● **SOURCE DATA**:

----

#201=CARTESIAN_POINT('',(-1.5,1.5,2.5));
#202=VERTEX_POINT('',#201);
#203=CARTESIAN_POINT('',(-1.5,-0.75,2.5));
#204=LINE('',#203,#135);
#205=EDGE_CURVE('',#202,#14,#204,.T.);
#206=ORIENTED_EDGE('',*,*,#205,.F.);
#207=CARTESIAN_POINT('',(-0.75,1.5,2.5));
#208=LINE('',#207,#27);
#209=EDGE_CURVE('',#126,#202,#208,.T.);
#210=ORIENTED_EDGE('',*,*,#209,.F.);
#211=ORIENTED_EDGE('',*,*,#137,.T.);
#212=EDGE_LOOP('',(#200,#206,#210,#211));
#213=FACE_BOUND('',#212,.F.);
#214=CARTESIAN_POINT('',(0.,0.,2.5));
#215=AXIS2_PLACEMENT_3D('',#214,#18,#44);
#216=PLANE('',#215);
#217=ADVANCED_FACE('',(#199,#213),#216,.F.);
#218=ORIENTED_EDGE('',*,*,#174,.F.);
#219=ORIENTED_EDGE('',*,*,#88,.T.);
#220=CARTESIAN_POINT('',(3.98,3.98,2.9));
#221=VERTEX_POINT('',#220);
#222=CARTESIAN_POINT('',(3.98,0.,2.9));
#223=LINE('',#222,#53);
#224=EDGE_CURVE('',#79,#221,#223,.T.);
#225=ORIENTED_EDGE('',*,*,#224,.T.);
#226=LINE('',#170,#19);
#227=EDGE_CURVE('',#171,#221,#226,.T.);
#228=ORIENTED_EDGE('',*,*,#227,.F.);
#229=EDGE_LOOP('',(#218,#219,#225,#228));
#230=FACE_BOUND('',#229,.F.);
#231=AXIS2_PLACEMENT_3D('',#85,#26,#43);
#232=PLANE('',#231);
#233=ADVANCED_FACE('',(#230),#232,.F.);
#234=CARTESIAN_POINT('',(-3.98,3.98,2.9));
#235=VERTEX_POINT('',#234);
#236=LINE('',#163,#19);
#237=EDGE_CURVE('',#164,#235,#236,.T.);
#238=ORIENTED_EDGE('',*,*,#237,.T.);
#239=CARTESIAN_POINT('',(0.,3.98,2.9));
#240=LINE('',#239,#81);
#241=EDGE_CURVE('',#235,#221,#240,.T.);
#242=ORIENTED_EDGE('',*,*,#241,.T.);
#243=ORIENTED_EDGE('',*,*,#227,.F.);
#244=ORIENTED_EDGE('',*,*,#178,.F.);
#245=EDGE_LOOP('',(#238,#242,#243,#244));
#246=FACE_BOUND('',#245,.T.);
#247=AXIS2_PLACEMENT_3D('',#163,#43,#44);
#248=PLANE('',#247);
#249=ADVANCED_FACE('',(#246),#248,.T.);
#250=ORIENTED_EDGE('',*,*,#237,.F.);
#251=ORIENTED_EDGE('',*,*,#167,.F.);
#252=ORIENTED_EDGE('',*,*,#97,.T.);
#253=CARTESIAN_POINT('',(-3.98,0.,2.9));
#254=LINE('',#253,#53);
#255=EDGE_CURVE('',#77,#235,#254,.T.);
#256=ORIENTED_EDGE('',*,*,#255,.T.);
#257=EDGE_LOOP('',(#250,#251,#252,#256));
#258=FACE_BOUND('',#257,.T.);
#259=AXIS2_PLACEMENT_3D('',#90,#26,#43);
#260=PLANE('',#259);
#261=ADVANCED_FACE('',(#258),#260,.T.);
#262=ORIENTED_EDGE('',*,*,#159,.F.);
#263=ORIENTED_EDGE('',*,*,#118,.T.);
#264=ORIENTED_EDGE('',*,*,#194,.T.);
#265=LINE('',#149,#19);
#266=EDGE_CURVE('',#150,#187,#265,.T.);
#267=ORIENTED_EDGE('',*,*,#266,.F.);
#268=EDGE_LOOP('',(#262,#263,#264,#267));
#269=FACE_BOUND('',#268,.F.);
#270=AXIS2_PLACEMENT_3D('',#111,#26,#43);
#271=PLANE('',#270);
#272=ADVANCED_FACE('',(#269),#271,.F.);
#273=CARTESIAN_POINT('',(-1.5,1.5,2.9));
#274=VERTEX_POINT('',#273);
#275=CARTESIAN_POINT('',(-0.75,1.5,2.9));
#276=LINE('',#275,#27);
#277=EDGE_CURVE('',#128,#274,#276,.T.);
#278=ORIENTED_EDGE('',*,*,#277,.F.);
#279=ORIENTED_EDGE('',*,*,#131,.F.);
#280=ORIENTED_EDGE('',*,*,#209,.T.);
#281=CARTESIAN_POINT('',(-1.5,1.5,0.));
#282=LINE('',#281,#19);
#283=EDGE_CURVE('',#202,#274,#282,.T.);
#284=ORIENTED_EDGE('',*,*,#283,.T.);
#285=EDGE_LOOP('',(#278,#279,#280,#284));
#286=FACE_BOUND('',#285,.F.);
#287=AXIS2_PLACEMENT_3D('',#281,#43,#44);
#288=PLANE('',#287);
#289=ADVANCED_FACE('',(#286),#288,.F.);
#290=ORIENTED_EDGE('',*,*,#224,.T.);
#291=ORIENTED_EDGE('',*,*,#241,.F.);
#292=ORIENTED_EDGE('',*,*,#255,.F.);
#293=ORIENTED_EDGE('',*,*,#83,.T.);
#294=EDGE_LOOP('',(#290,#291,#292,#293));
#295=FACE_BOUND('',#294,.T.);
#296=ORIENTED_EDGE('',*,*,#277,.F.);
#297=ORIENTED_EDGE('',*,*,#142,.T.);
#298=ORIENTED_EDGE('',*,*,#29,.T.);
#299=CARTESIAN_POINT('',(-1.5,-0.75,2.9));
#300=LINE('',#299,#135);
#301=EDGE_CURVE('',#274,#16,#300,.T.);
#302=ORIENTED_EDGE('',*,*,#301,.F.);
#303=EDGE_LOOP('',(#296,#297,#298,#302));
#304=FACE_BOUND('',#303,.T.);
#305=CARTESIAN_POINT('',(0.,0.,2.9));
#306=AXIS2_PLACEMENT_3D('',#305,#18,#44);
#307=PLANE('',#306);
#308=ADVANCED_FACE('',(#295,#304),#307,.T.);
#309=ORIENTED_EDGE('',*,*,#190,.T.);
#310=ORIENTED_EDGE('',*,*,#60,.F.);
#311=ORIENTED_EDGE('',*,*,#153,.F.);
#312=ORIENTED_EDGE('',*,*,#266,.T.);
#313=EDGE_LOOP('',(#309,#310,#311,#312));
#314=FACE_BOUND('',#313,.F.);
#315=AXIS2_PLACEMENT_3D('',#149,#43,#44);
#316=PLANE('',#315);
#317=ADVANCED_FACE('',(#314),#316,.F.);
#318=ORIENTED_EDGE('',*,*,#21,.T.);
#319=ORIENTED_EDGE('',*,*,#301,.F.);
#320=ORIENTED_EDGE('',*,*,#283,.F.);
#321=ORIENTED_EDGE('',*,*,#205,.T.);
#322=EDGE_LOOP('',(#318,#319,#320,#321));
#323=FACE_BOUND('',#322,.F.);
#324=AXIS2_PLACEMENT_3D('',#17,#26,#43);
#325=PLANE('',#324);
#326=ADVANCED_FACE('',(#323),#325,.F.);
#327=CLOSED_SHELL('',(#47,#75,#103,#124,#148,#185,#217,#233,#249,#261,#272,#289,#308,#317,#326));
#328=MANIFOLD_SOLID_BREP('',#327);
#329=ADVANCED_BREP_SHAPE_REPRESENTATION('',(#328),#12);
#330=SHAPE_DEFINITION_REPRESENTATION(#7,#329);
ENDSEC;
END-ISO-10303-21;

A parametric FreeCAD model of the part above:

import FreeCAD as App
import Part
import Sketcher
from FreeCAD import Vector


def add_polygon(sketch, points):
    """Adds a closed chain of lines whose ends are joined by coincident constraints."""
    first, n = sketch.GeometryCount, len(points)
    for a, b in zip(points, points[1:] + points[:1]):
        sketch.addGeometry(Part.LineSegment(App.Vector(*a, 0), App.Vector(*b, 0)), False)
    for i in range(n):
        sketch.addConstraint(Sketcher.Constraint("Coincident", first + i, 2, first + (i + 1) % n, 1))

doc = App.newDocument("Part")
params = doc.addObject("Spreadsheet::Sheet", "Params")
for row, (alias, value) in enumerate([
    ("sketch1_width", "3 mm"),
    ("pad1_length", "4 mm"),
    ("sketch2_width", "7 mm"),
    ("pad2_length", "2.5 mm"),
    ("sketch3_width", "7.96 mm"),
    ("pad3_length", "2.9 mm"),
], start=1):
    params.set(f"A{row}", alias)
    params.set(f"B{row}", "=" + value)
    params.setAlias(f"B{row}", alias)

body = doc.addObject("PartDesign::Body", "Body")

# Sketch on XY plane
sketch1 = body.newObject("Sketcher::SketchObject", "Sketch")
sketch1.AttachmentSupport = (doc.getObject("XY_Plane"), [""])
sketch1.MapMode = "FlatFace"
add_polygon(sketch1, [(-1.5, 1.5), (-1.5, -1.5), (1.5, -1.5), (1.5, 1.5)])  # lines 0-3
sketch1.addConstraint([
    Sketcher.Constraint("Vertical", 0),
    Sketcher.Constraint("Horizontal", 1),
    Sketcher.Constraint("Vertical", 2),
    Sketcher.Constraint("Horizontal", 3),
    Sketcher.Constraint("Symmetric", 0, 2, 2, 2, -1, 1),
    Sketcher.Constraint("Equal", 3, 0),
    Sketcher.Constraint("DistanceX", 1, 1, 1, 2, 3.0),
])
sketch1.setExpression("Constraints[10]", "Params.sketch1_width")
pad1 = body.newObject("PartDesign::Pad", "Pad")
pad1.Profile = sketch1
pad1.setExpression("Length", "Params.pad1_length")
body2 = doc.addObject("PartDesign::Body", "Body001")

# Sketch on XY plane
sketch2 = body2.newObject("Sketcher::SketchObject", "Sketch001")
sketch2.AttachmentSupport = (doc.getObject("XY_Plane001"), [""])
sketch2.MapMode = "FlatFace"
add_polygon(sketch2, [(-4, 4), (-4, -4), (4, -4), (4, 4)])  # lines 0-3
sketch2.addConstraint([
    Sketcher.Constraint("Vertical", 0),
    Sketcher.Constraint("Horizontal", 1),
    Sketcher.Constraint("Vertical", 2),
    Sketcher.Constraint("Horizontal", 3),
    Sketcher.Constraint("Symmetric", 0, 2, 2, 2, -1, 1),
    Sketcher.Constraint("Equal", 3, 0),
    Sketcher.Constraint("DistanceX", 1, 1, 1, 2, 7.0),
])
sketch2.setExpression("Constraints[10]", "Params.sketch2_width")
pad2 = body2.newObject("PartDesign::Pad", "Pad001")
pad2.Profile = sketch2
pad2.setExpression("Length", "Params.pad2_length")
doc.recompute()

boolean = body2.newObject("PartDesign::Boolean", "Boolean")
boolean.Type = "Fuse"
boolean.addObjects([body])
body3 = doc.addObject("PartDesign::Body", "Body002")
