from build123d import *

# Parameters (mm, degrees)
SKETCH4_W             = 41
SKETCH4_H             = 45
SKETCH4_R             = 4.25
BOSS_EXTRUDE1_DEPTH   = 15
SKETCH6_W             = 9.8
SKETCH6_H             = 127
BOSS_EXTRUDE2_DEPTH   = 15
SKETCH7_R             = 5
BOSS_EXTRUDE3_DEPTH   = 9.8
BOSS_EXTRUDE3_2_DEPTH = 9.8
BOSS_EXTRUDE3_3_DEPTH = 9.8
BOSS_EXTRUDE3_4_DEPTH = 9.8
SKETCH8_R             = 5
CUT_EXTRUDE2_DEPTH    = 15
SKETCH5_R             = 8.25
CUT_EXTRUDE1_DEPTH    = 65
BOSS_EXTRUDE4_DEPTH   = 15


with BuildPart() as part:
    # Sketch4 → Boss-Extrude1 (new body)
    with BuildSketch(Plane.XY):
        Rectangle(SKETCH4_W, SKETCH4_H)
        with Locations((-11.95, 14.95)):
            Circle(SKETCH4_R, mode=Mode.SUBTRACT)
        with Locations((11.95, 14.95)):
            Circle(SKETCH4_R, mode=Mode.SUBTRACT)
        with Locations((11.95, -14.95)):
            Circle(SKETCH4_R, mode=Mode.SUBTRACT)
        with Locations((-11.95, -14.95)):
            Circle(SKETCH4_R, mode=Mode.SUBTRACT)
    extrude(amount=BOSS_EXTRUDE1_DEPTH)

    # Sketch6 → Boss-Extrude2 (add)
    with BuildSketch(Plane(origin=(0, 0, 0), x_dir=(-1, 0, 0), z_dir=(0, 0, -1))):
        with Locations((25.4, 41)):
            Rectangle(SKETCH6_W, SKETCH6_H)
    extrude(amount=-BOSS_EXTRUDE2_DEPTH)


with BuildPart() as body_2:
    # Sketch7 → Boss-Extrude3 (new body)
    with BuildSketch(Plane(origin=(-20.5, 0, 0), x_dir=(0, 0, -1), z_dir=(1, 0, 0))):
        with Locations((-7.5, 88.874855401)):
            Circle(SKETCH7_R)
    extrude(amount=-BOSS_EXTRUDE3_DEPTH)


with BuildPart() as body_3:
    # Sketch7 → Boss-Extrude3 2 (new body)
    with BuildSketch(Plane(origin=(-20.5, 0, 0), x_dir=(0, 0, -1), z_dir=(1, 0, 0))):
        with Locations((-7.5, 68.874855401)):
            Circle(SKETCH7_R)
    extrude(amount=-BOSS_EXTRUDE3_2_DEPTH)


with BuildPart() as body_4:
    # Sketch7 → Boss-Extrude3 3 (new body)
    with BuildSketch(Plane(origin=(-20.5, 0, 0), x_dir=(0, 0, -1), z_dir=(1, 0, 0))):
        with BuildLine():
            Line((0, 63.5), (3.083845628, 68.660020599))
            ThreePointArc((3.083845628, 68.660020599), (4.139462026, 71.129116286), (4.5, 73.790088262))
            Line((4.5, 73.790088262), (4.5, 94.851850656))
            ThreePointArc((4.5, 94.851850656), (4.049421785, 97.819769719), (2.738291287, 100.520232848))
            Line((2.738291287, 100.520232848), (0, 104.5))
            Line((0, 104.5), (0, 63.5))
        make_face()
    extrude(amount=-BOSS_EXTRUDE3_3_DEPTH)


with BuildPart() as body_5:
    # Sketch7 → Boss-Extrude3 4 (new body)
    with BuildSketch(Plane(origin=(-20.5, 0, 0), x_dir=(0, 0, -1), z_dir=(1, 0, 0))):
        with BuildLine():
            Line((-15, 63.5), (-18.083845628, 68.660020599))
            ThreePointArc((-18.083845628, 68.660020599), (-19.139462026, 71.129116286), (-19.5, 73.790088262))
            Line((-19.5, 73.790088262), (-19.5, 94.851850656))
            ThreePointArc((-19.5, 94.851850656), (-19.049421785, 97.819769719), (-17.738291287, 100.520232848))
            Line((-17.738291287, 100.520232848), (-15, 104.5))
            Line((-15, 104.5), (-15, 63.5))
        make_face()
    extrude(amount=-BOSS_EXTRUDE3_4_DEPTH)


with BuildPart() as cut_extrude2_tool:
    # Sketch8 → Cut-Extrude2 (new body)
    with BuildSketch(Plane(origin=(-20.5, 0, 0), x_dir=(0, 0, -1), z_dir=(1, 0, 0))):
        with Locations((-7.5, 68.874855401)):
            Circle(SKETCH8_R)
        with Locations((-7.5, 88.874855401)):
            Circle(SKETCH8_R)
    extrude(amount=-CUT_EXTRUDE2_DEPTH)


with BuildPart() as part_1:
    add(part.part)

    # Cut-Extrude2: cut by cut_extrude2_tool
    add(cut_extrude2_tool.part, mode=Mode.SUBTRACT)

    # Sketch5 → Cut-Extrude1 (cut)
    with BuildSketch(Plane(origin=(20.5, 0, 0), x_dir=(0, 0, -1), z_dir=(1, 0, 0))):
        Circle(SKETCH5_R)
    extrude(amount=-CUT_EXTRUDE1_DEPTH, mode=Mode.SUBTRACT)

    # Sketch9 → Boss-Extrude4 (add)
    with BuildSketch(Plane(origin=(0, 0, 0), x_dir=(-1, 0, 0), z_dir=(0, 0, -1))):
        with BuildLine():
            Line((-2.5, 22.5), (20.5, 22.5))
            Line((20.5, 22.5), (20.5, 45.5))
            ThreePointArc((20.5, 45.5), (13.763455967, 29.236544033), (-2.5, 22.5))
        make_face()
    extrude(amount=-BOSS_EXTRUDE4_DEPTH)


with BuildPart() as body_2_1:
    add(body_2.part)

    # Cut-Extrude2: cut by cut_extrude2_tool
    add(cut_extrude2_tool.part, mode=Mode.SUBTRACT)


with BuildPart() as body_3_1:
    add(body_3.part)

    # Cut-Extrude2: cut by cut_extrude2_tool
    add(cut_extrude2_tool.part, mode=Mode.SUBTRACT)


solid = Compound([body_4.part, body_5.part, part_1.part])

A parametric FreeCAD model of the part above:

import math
import FreeCAD as App
import Part
import Sketcher

V = App.Vector


def add_polygon(sketch, points):
    """Adds a closed chain of lines whose ends are joined by coincident constraints."""
    first, n = sketch.GeometryCount, len(points)
    for a, b in zip(points, points[1:] + points[:1]):
        sketch.addGeometry(Part.LineSegment(App.Vector(*a, 0), App.Vector(*b, 0)), False)
    for i in range(n):
        sketch.addConstraint(Sketcher.Constraint("Coincident", first + i, 2, first + (i + 1) % n, 1))

doc = App.newDocument("Part")
body = doc.addObject("PartDesign::Body", "Body")

# Sketch on XY plane
sketch1 = doc.addObject("Sketcher::SketchObject", "Sketch")
body.addObject(sketch1)
sketch1.AttachmentSupport = (doc.XY_Plane, [""])
sketch1.MapMode = "FlatFace"
add_polygon(sketch1, [(-20.5, 22.5), (-20.5, -22.5), (20.5, -22.5), (20.5, 22.5)])  # lines 0-3
sketch1.addGeometry(Part.Circle(V(-11.9, -14.9, 0), V(0, 0, 1), 4.2), False)  # 4
sketch1.addGeometry(Part.Circle(V(11.9, -14.9, 0), V(0, 0, 1), 4.2), False)  # 5
sketch1.addGeometry(Part.Circle(V(-11.9, 14.9, 0), V(0, 0, 1), 4.2), False)  # 6
sketch1.addGeometry(Part.Circle(V(11.9, 14.9, 0), V(0, 0, 1), 4.2), False)  # 7
sketch1.addConstraint([
    Sketcher.Constraint("Vertical", 0),
    Sketcher.Constraint("Horizontal", 1),
    Sketcher.Constraint("Vertical", 2),
    Sketcher.Constraint("Horizontal", 3),
    Sketcher.Constraint("Equal", 4, 5),
    Sketcher.Constraint("Equal", 5, 6),
    Sketcher.Constraint("Equal", 6, 7),
    Sketcher.Constraint("Symmetric", 5, 3, 6, 3, -1, 1),
    Sketcher.Constraint("Symmetric", 4, 3, 7, 3, -1, 1),
    Sketcher.Constraint("Symmetric", 0, 2, 2, 2, -1, 1),
    Sketcher.Constraint("Symmetric", 4, 3, 5, 3, -2),
    Sketcher.Constraint("Diameter", 4, 8.5),
    Sketcher.Constraint("DistanceX", 1, 1, 1, 2, 41.0),
    Sketcher.Constraint("DistanceY", 0, 2, 0, 1, 45.0),
    Sketcher.Constraint("DistanceX", 4, 3, 5, 3, 23.9),
    Sketcher.Constraint("DistanceY", 4, 3, 6, 3, 29.9),
])
pad1 = doc.addObject("PartDesign::Pad", "Pad")
body.addObject(pad1)
pad1.Profile = sketch1
pad1.Length = 15

# Sketch on XY plane
sketch2 = doc.addObject("Sketcher::SketchObject", "Sketch001")
body.addObject(sketch2)
sketch2.AttachmentSupport = (doc.XY_Plane, [""])
sketch2.MapMode = "FlatFace"
add_polygon(sketch2, [(-20, 104), (-20, -22), (-30, -22), (-30, 104)])  # lines 0-3
sketch2.addConstraint([
    Sketcher.Constraint("Vertical", 0),
    Sketcher.Constraint("Horizontal", 1),
    Sketcher.Constraint("Vertical", 2),
    Sketcher.Constraint("Horizontal", 3),
    Sketcher.Constraint("DistanceY", 0, 2, 0, 1, 127.0),
    Sketcher.Constraint("DistanceX", 1, 2, 1, 1, 9.8),
    Sketcher.Constraint("DistanceX", 0, 2, -1, 1, 20.5),
    Sketcher.Constraint("DistanceY", 0, 2, -1, 1, 22.5),
])
pad2 = doc.addObject("PartDesign::Pad", "Pad001")
body.addObject(pad2)
pad2.Profile = sketch2
pad2.Length = 15
body2 = doc.addObject("PartDesign::Body", "Body001")

# Sketch on YZ plane
sketch3 = doc.addObject("Sketcher::SketchObject", "Sketch002")
body2.addObject(sketch3)
sketch3.AttachmentSupport = (doc.getObject("YZ_Plane001"), [""])
sketch3.MapMode = "FlatFace"
sketch3.AttachmentOffset = App.Placement(V(0, 0, -20.5), App.Rotation())
sketch3.addGeometry(Part.Circle(V(89, 8, 0), V(0, 0, 1), 5), False)
sketch3.addConstraint([
    Sketcher.Constraint("Diameter", 0, 10.0),
    Sketcher.Constraint("DistanceY", -1, 1, 0, 3, 7.5),
    Sketcher.Constraint("DistanceX", -1, 1, 0, 3, 88.874855),
])
pad3 = doc.addObject("PartDesign::Pad", "Pad002")
body2.addObject(pad3)
pad3.Profile = sketch3
pad3.Length = 9.8
pad3.Reversed = True
body3 = doc.addObject("PartDesign::Body", "Body002")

----

● **WORK REQUIRED**: Among the entries above, copy exactly only the lines starting with the one containing "#207=CARTESIAN_POINT('',(-0.75,1.5,2.5));" and going through the one containing "#220=CARTESIAN_POINT('',(3.98,3.98,2.9));", both ends included.

● **EXERCISE RESULT**:
#207=CARTESIAN_POINT('',(-0.75,1.5,2.5));
#208=LINE('',#207,#27);
#209=EDGE_CURVE('',#126,#202,#208,.T.);
#210=ORIENTED_EDGE('',*,*,#209,.F.);
#211=ORIENTED_EDGE('',*,*,#137,.T.);
#212=EDGE_LOOP('',(#200,#206,#210,#211));
#213=FACE_BOUND('',#212,.F.);
#214=CARTESIAN_POINT('',(0.,0.,2.5));
#215=AXIS2_PLACEMENT_3D('',#214,#18,#44);
#216=PLANE('',#215);
#217=ADVANCED_FACE('',(#199,#213),#216,.F.);
#218=ORIENTED_EDGE('',*,*,#174,.F.);
#219=ORIENTED_EDGE('',*,*,#88,.T.);
#220=CARTESIAN_POINT('',(3.98,3.98,2.9));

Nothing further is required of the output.